Marketing bill merupakan perbedaan antara total pengeluaran konsumen untuk

  semua produk pertanian yang diproduksi didalam negeri dan yang diterima petani untuk produk pertanian yang sama, biaya pemasaran dihitung setiap tahun dan berfungsi sebagai salah satu ukuran margin pemasaran tetap, pada tahun 1976 konsumen telah menghabiskan 164 milliar untuk konsumsi makanan, temasuk dari awal pembelian sekitar dua pe tiga 110 milliar telah di wakili oleh agen pemasaran makanan dan 54 milliar mewakili nilai pertanian pangan yang telah dipasarkan, oleh karena itu konsumen telah membayar dua kali lebih tinggi harga makanan dari jasa pemasaran. Petani telah menerima 34% dari pengeluaran makanan konsumen, yang mana pemasaran pertanian yang diterima sebesar 66%, sulit bagi kebanyakan orang untuk melihat pembagian dari pengeluaran konsumen dengan yang di terima petani (Kohls dan Uhl, 1979).
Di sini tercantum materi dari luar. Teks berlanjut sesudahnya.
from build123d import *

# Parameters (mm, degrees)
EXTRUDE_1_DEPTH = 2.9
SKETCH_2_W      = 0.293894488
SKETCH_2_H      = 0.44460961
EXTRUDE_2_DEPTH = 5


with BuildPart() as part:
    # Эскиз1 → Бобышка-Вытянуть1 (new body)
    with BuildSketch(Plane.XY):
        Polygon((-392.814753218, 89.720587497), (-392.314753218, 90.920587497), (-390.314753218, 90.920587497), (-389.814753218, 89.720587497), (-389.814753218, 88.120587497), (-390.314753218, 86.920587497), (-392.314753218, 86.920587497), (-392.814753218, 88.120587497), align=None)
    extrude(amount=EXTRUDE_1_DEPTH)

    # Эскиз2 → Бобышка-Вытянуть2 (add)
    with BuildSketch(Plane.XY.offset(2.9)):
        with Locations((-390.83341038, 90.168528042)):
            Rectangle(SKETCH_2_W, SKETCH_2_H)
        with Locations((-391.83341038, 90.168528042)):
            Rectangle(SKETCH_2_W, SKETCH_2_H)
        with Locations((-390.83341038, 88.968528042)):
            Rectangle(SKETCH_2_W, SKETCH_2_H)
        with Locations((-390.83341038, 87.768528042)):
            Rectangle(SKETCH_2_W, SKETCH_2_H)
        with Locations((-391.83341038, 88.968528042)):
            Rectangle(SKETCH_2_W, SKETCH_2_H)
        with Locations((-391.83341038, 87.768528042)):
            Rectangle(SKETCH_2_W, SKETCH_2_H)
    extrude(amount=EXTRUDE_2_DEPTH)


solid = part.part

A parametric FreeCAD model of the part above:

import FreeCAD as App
import Part
import Sketcher

V = App.Vector
Q = App.Units.Quantity

doc = App.newDocument("Part")
params = doc.addObject("Spreadsheet::Sheet", "Params")
for row, (alias, value) in enumerate([
    ("sketch1_width", "2 mm"),
    ("sketch1_height", "1.6 mm"),
    ("pad1_length", "2.9 mm"),
    ("pad2_length", "5 mm"),
], start=1):
    params.set(f"A{row}", alias)
    params.set(f"B{row}", "=" + value)
    params.setAlias(f"B{row}", alias)

body = doc.addObject("PartDesign::Body", "Body")

# Sketch on XY plane
sketch1 = body.newObject("Sketcher::SketchObject", "Sketch")
sketch1.AttachmentSupport = (doc.getObject("XY_Plane"), [""])
sketch1.MapMode = "FlatFace"
sketch1.addGeometry(Part.LineSegment(V(-392.314753, 90.920587, 0), V(-392.814753, 89.720587, 0)), False)
sketch1.addGeometry(Part.LineSegment(V(-392.814753, 89.720587, 0), V(-392.814753, 88.120587, 0)), False)
sketch1.addGeometry(Part.LineSegment(V(-392.814753, 88.120587, 0), V(-392.314753, 86.920587, 0)), False)
sketch1.addGeometry(Part.LineSegment(V(-392.314753, 86.920587, 0), V(-390.314753, 86.920587, 0)), False)
sketch1.addGeometry(Part.LineSegment(V(-390.314753, 86.920587, 0), V(-389.814753, 88.120587, 0)), False)
sketch1.addGeometry(Part.LineSegment(V(-389.814753, 88.120587, 0), V(-389.814753, 89.720587, 0)), False)
sketch1.addGeometry(Part.LineSegment(V(-389.814753, 89.720587, 0), V(-390.314753, 90.920587, 0)), False)
sketch1.addGeometry(Part.LineSegment(V(-390.314753, 90.920587, 0), V(-392.314753, 90.920587, 0)), False)
sketch1.addConstraint(Sketcher.Constraint("Coincident", 0, 2, 1, 1))
sketch1.addConstraint(Sketcher.Constraint("Coincident", 1, 2, 2, 1))
sketch1.addConstraint(Sketcher.Constraint("Coincident", 2, 2, 3, 1))
sketch1.addConstraint(Sketcher.Constraint("Coincident", 3, 2, 4, 1))
sketch1.addConstraint(Sketcher.Constraint("Coincident", 4, 2, 5, 1))
sketch1.addConstraint(Sketcher.Constraint("Coincident", 5, 2, 6, 1))
sketch1.addConstraint(Sketcher.Constraint("Coincident", 6, 2, 7, 1))
sketch1.addConstraint(Sketcher.Constraint("Coincident", 7, 2, 0, 1))
sketch1.addConstraint(Sketcher.Constraint("Vertical", 1))
sketch1.addConstraint(Sketcher.Constraint("Horizontal", 3))
sketch1.addConstraint(Sketcher.Constraint("Vertical", 5))
sketch1.addConstraint(Sketcher.Constraint("Horizontal", 7))
sketch1.addConstraint(Sketcher.Constraint("Parallel", 0, 4))
sketch1.addConstraint(Sketcher.Constraint("Parallel", 2, 6))
sketch1.addConstraint(Sketcher.Constraint("Horizontal", 1, 2, 4, 2))
sketch1.addConstraint(Sketcher.Constraint("Horizontal", 0, 2, 5, 2))
sketch1.addConstraint(Sketcher.Constraint("Vertical", 3, 2, 6, 2))
sketch1.addConstraint(Sketcher.Constraint("Vertical", 2, 2, 7, 2))
sketch1.addConstraint(Sketcher.Constraint("DistanceX", 3, 1, 3, 2, Q("2 mm")))
sketch1.addConstraint(Sketcher.Constraint("DistanceY", 1, 2, 1, 1, Q("1.6 mm")))
sketch1.addConstraint(Sketcher.Constraint("DistanceX", 1, 2, 4, 2, Q("3 mm")))
sketch1.addConstraint(Sketcher.Constraint("DistanceY", 3, 2, 6, 2, Q("4 mm")))
sketch1.addConstraint(Sketcher.Constraint("DistanceX", 0, 2, -1, 1, Q("392.814753 mm")))
sketch1.addConstraint(Sketcher.Constraint("DistanceY", -1, 1, 0, 2, Q("89.720587 mm")))
sketch1.setExpression("Constraints[18]", "Params.sketch1_width")
sketch1.setExpression("Constraints[19]", "Params.sketch1_height")
pad1 = body.newObject("PartDesign::Pad", "Pad")
pad1.Profile = sketch1
pad1.setExpression("Length", "Params.pad1_length")

# Sketch on XY plane
sketch2 = body.newObject("Sketcher::SketchObject", "Sketch001")
sketch2.AttachmentSupport = (doc.getObject("XY_Plane"), [""])
sketch2.MapMode = "FlatFace"
sketch2.AttachmentOffset = App.Placement(V(0, 0, 2.9), App.Rotation())
sketch2.addGeometry(Part.LineSegment(V(-390.980358, 90.390833, 0), V(-390.980358, 89.946223, 0)), False)
sketch2.addGeometry(Part.LineSegment(V(-390.980358, 89.946223, 0), V(-390.686463, 89.946223, 0)), False)
sketch2.addGeometry(Part.LineSegment(V(-390.686463, 89.946223, 0), V(-390.686463, 90.390833, 0)), False)
sketch2.addGeometry(Part.LineSegment(V(-390.686463, 90.390833, 0), V(-390.980358, 90.390833, 0)), False)
sketch2.addGeometry(Part.LineSegment(V(-391.980358, 90.390833, 0), V(-391.980358, 89.946223, 0)), False)
sketch2.addGeometry(Part.LineSegment(V(-391.980358, 89.946223, 0), V(-391.686463, 89.946223, 0)), False)
sketch2.addGeometry(Part.LineSegment(V(-391.686463, 89.946223, 0), V(-391.686463, 90.390833, 0)), False)
sketch2.addGeometry(Part.LineSegment(V(-391.686463, 90.390833, 0), V(-391.980358, 90.390833, 0)), False)
sketch2.addGeometry(Part.LineSegment(V(-390.980358, 89.190833, 0), V(-390.980358, 88.746223, 0)), False)
sketch2.addGeometry(Part.LineSegment(V(-390.980358, 88.746223, 0), V(-390.686463, 88.746223, 0)), False)
sketch2.addGeometry(Part.LineSegment(V(-390.686463, 88.746223, 0), V(-390.686463, 89.190833, 0)), False)
sketch2.addGeometry(Part.LineSegment(V(-390.686463, 89.190833, 0), V(-390.980358, 89.190833, 0)), False)
sketch2.addGeometry(Part.LineSegment(V(-390.980358, 87.990833, 0), V(-390.980358, 87.546223, 0)), False)
sketch2.addGeometry(Part.LineSegment(V(-390.980358, 87.546223, 0), V(-390.686463, 87.546223, 0)), False)
sketch2.addGeometry(Part.LineSegment(V(-390.686463, 87.546223, 0), V(-390.686463, 87.990833, 0)), False)
sketch2.addGeometry(Part.LineSegment(V(-390.686463, 87.990833, 0), V(-390.980358, 87.990833, 0)), False)
sketch2.addGeometry(Part.LineSegment(V(-391.980358, 89.190833, 0), V(-391.980358, 88.746223, 0)), False)
sketch2.addGeometry(Part.LineSegment(V(-391.980358, 88.746223, 0), V(-391.686463, 88.746223, 0)), False)
sketch2.addGeometry(Part.LineSegment(V(-391.686463, 88.746223, 0), V(-391.686463, 89.190833, 0)), False)
sketch2.addGeometry(Part.LineSegment(V(-391.686463, 89.190833, 0), V(-391.980358, 89.190833, 0)), False)
sketch2.addGeometry(Part.LineSegment(V(-391.980358, 87.990833, 0), V(-391.980358, 87.546223, 0)), False)
sketch2.addGeometry(Part.LineSegment(V(-391.980358, 87.546223, 0), V(-391.686463, 87.546223, 0)), False)
sketch2.addGeometry(Part.LineSegment(V(-391.686463, 87.546223, 0), V(-391.686463, 87.990833, 0)), False)
sketch2.addGeometry(Part.LineSegment(V(-391.686463, 87.990833, 0), V(-391.980358, 87.990833, 0)), False)
sketch2.addConstraint(Sketcher.Constraint("Coincident", 0, 2, 1, 1))
sketch2.addConstraint(Sketcher.Constraint("Coincident", 1, 2, 2, 1))
sketch2.addConstraint(Sketcher.Constraint("Coincident", 2, 2, 3, 1))
sketch2.addConstraint(Sketcher.Constraint("Coincident", 3, 2, 0, 1))
sketch2.addConstraint(Sketcher.Constraint("Coincident", 4, 2, 5, 1))
sketch2.addConstraint(Sketcher.Constraint("Coincident", 5, 2, 6, 1))
sketch2.addConstraint(Sketcher.Constraint("Coincident", 6, 2, 7, 1))
sketch2.addConstraint(Sketcher.Constraint("Coincident", 7, 2, 4, 1))
sketch2.addConstraint(Sketcher.Constraint("Coincident", 8, 2, 9, 1))
sketch2.addConstraint(Sketcher.Constraint("Coincident", 9, 2, 10, 1))
sketch2.addConstraint(Sketcher.Constraint("Coincident", 10, 2, 11, 1))
sketch2.addConstraint(Sketcher.Constraint("Coincident", 11, 2, 8, 1))
sketch2.addConstraint(Sketcher.Constraint("Coincident", 12, 2, 13, 1))
sketch2.addConstraint(Sketcher.Constraint("Coincident", 13, 2, 14, 1))
sketch2.addConstraint(Sketcher.Constraint("Coincident", 14, 2, 15, 1))
sketch2.addConstraint(Sketcher.Constraint("Coincident", 15, 2, 12, 1))
sketch2.addConstraint(Sketcher.Constraint("Coincident", 16, 2, 17, 1))
sketch2.addConstraint(Sketcher.Constraint("Coincident", 17, 2, 18, 1))
sketch2.addConstraint(Sketcher.Constraint("Coincident", 18, 2, 19, 1))
sketch2.addConstraint(Sketcher.Constraint("Coincident", 19, 2, 16, 1))
sketch2.addConstraint(Sketcher.Constraint("Coincident", 20, 2, 21, 1))
sketch2.addConstraint(Sketcher.Constraint("Coincident", 21, 2, 22, 1))
sketch2.addConstraint(Sketcher.Constraint("Coincident", 22, 2, 23, 1))
sketch2.addConstraint(Sketcher.Constraint("Coincident", 23, 2, 20, 1))
sketch2.addConstraint(Sketcher.Constraint("Vertical", 0))
sketch2.addConstraint(Sketcher.Constraint("Horizontal", 1))
sketch2.addConstraint(Sketcher.Constraint("Vertical", 2))
sketch2.addConstraint(Sketcher.Constraint("Horizontal", 3))
sketch2.addConstraint(Sketcher.Constraint("Vertical", 4))
sketch2.addConstraint(Sketcher.Constraint("Horizontal", 5))
sketch2.addConstraint(Sketcher.Constraint("Vertical", 6))
sketch2.addConstraint(Sketcher.Constraint("Horizontal", 7))
sketch2.addConstraint(Sketcher.Constraint("Vertical", 8))
sketch2.addConstraint(Sketcher.Constraint("Horizontal", 9))
sketch2.addConstraint(Sketcher.Constraint("Vertical", 10))
sketch2.addConstraint(Sketcher.Constraint("Horizontal", 11))
sketch2.addConstraint(Sketcher.Constraint("Vertical", 12))
sketch2.addConstraint(Sketcher.Constraint("Horizontal", 13))
sketch2.addConstraint(Sketcher.Constraint("Vertical", 14))
sketch2.addConstraint(Sketcher.Constraint("Horizontal", 15))
sketch2.addConstraint(Sketcher.Constraint("Vertical", 16))
sketch2.addConstraint(Sketcher.Constraint("Horizontal", 17))
sketch2.addConstraint(Sketcher.Constraint("Vertical", 18))
sketch2.addConstraint(Sketcher.Constraint("Horizontal", 19))
sketch2.addConstraint(Sketcher.Constraint("Vertical", 20))
sketch2.addConstraint(Sketcher.Constraint("Horizontal", 21))
sketch2.addConstraint(Sketcher.Constraint("Vertical", 22))
sketch2.addConstraint(Sketcher.Constraint("Horizontal", 23))
sketch2.addConstraint(Sketcher.Constraint("Horizontal", 1, 2, 4, 2))
sketch2.addConstraint(Sketcher.Constraint("Horizontal", 3, 2, 6, 2))
sketch2.addConstraint(Sketcher.Constraint("Horizontal", 9, 2, 16, 2))
sketch2.addConstraint(Sketcher.Constraint("Horizontal", 11, 2, 18, 2))
sketch2.addConstraint(Sketcher.Constraint("Horizontal", 13, 2, 20, 2))
sketch2.addConstraint(Sketcher.Constraint("Horizontal", 15, 2, 22, 2))
sketch2.addConstraint(Sketcher.Constraint("Vertical", 3, 2, 8, 2))
sketch2.addConstraint(Sketcher.Constraint("Vertical", 2, 2, 9, 2))
sketch2.addConstraint(Sketcher.Constraint("Vertical", 11, 2, 12, 2))
sketch2.addConstraint(Sketcher.Constraint("Vertical", 10, 2, 13, 2))
sketch2.addConstraint(Sketcher.Constraint("Vertical", 7, 2, 16, 2))
sketch2.addConstraint(Sketcher.Constraint("Vertical", 6, 2, 17, 2))
sketch2.addConstraint(Sketcher.Constraint("Vertical", 19, 2, 20, 2))
sketch2.addConstraint(Sketcher.Constraint("Vertical", 18, 2, 21, 2))
sketch2.addConstraint(Sketcher.Constraint("Equal", 3, 5))
sketch2.addConstraint(Sketcher.Constraint("Equal", 6, 8))
sketch2.addConstraint(Sketcher.Constraint("Equal", 10, 12))
sketch2.addConstraint(Sketcher.Constraint("DistanceX", 4, 2, 0, 2, Q("1 mm")))
sketch2.addConstraint(Sketcher.Constraint("DistanceY", 8, 2, 0, 2, Q("1.2 mm")))
sketch2.addConstraint(Sketcher.Constraint("DistanceY", 12, 2, 8, 2, Q("1.2 mm")))
sketch2.addConstraint(Sketcher.Constraint("DistanceY", 0, 2, 0, 1, Q("0.44461 mm")))
sketch2.addConstraint(Sketcher.Constraint("DistanceX", 1, 1, 1, 2, Q("0.293894 mm")))
sketch2.addConstraint(Sketcher.Constraint("DistanceX", 0, 2, -1, 1, Q("390.980358 mm")))
sketch2.addConstraint(Sketcher.Constraint("DistanceY", -1, 1, 0, 2, Q("89.946223 mm")))
pad2 = body.newObject("PartDesign::Pad", "Pad001")
pad2.Profile = sketch2
pad2.setExpression("Length", "Params.pad2_length")

doc.recompute()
  Suatu margin pemasaran dapat ditinjau dari dua sisi, yaitu dari sudut pandang harga dan biaya pemasaran, pada analisis pemasaran yang sering menggunakan konsep margin pemasaran yang dipandang dari sisi harga, margin pemasaran merupakan selisih harga yang dibayar konsumen akhir dengan harga yang diterima petani produsen. Margin pemasaran terdiri dari biaya-biaya untuk melakukan fungsi-fungsi pemasaran serta keuntungan lembaga-lembaga pemasaran yang membentuk distribusi margin pemasaan, dalam uraian tersebut marketing margin sama halnya dengan ongkos tataniaga (marketing cost) dan sama artinya dengan “price spread” dan “marketing charge” (Sudiyono, 2004). Sampai saat ini Indonesia merupakan negara agraris artinya pertanian masih memegang peranan penting dari keseluruhan perekonomian nasional. Peranan sektor pertanian di Indonesia tidak perlu diragukan lagi, pembangunan pertanian di arahkan untuk meningkatkan produksi pertanian guna untuk memenuhi kebutuhan pangan dan kebutuhan industri dalam negeri (Soekartawi, 1993). Adapun daerah sentra penanaman cabai di Indonesia tersebar mulai dari Sumatera Utara sampai dengan Sulawesi selatan. Daerah tersebut masih menerapkan sistem budi daya yang bersifat tradisional, hanya mengandalkan populasi tanaman yang tinggi tanpa diimbangi dengan penerapan teknologi budi daya yang intensif. Daerah sentra penanaman cabai di Sumatera Utara adalah : di daerah Kabupaten Karo, Simalungun, Dairi, Batubara, Langkat (BPS, 2010).

  1.2 Identifikasi Masalah

  Berdasarkan uraian latar belakang di atas, dapat dirumuskan beberapa masalah sebagai berikut : 1)

  Bagaimana tingkat konsumsi cabai merah di Kota Medan pertahun ? 2)

  Berapa volume dan nilai transaksi cabai merah pertahun di Kota Medan ? 3)

  Berapa jumlah marketing bill cabai merah di Kota Medan ? 4)

  Berapa share cost dan share profit cabai merah selama setahun ?

  1.3 Tujuan Penelitian

  Adapun tujuan dari penelitian ini antara lain : 1) Untuk menganalisis tingkat konsumsi cabai merah di Kota Medan. 2) Untuk mengetahui volume dan nilai transaksi cabai merah di Kota Medan. 3) Untuk mengetahui jumlah marketing bill cabai merah di Kota Medan. 4) Untuk menghitung share cost dan share profit selama setahun.

1.4 Kegunaan Penelitian

  Adapun kegunaan penelitian ini, antara lain : 1)

  Sebagai bahan informasi dan pertimbangan bagi para pengambil keputusan untuk perkembangan agribisnis cabai merah.

  2) Sebagai bahan informasi dan referensi bagi pihak yang membutuhkan dalam melakukan penelitian.

  3) Sebagai bahan masukan bagi pemerintah dan instansi-instansi terkait dalam melaksanakan pembangunan pertanian.